§ **Work required**
For the material below, return exactly the lines starting at the one holding "v 2.7307 -1.2156 0" and ending at the one holding "v -2.7547 -0.0548 6", counting both as part of the range.
━━━
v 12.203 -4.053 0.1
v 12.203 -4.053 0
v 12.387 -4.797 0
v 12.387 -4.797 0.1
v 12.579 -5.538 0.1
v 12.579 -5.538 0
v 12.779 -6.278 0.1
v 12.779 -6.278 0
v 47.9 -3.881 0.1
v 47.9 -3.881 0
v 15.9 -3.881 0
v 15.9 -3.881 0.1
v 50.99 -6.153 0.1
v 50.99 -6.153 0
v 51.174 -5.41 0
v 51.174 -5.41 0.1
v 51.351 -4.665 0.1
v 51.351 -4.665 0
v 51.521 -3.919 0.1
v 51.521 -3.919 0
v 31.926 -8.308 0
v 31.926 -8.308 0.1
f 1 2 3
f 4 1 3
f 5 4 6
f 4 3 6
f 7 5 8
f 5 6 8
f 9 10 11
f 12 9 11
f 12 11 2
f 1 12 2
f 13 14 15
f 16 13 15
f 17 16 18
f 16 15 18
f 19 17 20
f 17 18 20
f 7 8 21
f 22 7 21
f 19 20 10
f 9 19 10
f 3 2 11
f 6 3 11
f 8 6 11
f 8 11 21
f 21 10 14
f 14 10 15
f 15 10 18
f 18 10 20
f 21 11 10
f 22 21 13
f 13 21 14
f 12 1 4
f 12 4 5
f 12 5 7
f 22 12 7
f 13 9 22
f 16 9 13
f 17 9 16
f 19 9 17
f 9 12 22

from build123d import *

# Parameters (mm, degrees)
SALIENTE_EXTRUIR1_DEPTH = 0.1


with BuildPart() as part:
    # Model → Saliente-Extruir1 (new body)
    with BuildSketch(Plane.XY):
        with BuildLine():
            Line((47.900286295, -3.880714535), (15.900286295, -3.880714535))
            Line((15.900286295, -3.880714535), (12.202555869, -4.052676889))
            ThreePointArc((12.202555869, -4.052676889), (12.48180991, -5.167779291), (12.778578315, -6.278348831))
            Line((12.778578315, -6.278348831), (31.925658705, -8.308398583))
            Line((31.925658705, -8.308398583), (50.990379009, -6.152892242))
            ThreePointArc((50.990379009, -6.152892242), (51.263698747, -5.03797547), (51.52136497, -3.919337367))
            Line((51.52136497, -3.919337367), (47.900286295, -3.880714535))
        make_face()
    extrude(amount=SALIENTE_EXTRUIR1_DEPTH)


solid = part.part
━━━
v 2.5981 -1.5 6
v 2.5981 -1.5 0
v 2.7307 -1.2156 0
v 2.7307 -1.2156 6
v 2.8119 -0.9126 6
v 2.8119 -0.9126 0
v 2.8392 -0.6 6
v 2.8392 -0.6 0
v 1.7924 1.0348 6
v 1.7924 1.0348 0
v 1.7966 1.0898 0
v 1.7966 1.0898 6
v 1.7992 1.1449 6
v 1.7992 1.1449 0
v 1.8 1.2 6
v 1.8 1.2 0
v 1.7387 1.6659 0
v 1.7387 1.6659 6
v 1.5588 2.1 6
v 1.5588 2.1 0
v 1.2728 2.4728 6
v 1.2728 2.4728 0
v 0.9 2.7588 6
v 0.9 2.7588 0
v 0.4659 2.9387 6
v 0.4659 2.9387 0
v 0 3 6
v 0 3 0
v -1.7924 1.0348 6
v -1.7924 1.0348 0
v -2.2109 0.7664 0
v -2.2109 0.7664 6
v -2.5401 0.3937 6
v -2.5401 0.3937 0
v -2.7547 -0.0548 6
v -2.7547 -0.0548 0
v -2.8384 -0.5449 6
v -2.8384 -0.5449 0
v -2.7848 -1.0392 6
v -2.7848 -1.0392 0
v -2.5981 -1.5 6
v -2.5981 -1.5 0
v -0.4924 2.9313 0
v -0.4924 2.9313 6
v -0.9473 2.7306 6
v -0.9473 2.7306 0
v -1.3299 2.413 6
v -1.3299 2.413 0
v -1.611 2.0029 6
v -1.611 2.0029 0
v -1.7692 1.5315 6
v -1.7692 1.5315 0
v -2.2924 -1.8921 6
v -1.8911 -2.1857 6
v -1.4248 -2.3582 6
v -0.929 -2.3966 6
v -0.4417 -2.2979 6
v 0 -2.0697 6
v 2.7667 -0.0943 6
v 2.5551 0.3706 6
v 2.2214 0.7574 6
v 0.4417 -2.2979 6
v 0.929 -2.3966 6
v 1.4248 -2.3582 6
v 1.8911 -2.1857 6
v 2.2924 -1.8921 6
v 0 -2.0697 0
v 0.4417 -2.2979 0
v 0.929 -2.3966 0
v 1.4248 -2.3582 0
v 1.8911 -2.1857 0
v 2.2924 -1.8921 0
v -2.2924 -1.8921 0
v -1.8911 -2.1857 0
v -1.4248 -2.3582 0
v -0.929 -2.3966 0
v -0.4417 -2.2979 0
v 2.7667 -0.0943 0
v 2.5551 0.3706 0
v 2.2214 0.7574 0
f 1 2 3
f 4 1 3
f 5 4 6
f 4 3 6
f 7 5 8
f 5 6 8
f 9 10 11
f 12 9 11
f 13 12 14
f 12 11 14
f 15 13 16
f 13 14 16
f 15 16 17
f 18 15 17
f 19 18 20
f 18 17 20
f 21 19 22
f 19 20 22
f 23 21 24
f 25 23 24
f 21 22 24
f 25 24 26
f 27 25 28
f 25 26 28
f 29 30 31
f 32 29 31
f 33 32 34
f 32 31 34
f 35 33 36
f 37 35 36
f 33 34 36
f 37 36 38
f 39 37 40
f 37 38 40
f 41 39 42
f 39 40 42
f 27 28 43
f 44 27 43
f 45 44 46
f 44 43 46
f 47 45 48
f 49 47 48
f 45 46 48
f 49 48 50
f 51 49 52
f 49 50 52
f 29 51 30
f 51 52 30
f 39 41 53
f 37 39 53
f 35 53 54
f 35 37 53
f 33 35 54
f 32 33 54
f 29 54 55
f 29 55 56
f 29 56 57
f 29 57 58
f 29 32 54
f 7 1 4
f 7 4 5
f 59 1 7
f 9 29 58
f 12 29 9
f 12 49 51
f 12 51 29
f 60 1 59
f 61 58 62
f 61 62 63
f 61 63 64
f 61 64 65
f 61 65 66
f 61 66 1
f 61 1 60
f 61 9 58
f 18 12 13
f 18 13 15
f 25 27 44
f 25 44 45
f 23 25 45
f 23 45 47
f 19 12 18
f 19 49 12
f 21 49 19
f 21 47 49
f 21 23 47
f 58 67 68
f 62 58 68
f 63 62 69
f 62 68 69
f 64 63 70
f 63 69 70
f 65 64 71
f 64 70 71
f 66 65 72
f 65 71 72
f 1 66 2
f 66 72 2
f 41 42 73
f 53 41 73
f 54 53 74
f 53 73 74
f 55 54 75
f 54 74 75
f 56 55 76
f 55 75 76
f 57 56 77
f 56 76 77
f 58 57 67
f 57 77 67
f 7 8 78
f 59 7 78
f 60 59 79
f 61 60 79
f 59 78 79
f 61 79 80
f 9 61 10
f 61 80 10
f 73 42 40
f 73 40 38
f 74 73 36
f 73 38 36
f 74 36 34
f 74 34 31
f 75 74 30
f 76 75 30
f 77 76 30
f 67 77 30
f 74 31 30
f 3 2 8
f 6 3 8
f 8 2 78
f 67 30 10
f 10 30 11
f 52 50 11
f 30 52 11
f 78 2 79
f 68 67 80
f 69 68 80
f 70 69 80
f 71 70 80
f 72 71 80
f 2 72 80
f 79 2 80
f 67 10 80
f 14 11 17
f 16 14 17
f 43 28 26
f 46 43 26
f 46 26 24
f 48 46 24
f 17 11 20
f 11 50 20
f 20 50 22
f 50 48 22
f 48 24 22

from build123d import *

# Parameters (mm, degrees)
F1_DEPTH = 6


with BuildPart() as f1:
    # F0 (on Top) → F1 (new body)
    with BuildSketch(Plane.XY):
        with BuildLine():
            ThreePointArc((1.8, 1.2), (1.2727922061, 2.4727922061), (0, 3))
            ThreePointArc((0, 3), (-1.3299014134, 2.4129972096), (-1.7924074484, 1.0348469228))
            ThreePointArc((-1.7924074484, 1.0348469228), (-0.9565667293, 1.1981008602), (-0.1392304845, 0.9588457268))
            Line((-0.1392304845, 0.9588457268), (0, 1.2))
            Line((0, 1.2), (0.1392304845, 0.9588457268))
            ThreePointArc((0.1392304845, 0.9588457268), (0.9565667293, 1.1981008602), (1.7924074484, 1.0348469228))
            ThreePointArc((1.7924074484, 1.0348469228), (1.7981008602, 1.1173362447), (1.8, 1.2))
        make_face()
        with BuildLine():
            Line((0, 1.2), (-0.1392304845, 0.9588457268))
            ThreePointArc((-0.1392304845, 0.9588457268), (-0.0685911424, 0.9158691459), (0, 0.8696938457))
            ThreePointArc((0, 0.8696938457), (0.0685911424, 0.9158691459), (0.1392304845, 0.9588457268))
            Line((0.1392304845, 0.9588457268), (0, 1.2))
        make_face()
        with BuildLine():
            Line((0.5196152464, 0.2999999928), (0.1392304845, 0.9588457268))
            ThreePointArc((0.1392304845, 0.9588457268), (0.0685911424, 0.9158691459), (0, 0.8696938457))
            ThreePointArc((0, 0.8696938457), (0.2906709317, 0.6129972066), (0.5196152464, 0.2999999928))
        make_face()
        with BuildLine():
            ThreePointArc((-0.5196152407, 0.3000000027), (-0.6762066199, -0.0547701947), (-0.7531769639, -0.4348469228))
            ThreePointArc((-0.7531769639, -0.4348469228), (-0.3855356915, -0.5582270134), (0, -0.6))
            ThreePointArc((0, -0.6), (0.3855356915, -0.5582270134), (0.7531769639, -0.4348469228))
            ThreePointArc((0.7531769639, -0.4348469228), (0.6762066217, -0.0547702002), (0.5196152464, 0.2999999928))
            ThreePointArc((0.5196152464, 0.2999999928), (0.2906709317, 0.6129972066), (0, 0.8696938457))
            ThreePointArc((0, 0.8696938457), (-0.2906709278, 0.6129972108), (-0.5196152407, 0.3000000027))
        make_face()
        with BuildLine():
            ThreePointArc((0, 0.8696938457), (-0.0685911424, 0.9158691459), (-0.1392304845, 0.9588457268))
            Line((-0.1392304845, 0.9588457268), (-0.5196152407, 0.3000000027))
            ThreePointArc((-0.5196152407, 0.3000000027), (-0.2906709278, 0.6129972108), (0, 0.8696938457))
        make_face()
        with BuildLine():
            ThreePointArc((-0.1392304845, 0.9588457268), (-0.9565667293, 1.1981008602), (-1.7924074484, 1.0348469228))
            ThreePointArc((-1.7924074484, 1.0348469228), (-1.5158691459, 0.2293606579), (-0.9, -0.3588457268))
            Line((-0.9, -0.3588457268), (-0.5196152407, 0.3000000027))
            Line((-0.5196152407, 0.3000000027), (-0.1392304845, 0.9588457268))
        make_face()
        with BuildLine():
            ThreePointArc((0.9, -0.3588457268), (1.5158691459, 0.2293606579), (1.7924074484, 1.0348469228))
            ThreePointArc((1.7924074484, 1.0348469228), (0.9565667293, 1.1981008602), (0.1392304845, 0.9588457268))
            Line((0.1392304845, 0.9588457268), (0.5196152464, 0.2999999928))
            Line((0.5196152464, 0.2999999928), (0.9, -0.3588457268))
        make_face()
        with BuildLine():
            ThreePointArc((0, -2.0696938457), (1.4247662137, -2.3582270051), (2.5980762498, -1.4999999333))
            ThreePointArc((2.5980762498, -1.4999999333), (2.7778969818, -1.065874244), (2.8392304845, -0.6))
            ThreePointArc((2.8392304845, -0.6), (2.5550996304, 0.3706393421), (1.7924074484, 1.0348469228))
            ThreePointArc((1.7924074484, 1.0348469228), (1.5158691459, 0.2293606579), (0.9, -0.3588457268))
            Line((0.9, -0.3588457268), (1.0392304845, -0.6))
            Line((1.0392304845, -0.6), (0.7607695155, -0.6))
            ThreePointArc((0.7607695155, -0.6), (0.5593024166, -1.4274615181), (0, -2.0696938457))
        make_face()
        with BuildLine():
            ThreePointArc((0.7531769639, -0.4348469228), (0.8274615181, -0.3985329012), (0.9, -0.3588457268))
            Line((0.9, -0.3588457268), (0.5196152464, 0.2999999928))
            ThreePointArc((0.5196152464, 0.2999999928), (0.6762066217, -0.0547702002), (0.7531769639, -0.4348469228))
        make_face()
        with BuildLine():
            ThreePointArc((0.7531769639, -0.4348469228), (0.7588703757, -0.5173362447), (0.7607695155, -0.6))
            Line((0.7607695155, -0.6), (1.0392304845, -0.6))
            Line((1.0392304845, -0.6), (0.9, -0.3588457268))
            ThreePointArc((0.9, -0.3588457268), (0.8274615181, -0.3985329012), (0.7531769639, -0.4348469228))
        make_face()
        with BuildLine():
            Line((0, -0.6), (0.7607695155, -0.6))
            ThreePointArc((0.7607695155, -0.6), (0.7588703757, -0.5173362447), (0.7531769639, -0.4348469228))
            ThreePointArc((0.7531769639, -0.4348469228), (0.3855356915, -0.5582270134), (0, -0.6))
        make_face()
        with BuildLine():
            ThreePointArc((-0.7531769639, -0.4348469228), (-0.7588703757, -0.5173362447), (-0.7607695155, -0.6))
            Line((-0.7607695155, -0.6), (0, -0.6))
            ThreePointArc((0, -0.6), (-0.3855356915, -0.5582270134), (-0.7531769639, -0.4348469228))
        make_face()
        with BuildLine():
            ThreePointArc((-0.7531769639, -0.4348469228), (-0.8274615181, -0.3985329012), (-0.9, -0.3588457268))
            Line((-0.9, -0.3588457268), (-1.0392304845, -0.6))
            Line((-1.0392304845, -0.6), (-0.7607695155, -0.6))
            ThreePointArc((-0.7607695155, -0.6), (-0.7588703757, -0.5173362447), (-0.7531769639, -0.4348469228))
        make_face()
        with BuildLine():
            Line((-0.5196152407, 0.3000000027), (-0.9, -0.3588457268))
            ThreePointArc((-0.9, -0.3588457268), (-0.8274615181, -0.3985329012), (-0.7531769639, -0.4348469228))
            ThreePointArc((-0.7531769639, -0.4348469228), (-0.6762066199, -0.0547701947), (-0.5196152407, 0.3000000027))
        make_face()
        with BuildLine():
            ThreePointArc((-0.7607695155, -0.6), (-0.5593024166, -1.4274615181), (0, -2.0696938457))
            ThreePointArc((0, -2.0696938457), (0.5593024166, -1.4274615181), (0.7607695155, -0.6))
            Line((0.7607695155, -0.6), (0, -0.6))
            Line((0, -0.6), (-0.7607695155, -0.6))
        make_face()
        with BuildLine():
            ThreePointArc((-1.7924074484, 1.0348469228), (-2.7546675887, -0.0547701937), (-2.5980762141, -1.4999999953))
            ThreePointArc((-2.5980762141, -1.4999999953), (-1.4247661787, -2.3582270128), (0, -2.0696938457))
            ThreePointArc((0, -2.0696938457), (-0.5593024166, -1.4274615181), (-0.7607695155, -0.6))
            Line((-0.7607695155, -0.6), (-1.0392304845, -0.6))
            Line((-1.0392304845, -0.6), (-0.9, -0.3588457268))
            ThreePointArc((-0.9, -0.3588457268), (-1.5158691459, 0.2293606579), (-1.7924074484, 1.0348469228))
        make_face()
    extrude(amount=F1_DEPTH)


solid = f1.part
━━━
§ **Exercise result**
v 2.7307 -1.2156 0
v 2.7307 -1.2156 6
v 2.8119 -0.9126 6
v 2.8119 -0.9126 0
v 2.8392 -0.6 6
v 2.8392 -0.6 0
v 1.7924 1.0348 6
v 1.7924 1.0348 0
v 1.7966 1.0898 0
v 1.7966 1.0898 6
v 1.7992 1.1449 6
v 1.7992 1.1449 0
v 1.8 1.2 6
v 1.8 1.2 0
v 1.7387 1.6659 0
v 1.7387 1.6659 6
v 1.5588 2.1 6
v 1.5588 2.1 0
v 1.2728 2.4728 6
v 1.2728 2.4728 0
v 0.9 2.7588 6
v 0.9 2.7588 0
v 0.4659 2.9387 6
v 0.4659 2.9387 0
v 0 3 6
v 0 3 0
v -1.7924 1.0348 6
v -1.7924 1.0348 0
v -2.2109 0.7664 0
v -2.2109 0.7664 6
v -2.5401 0.3937 6
v -2.5401 0.3937 0
v -2.7547 -0.0548 6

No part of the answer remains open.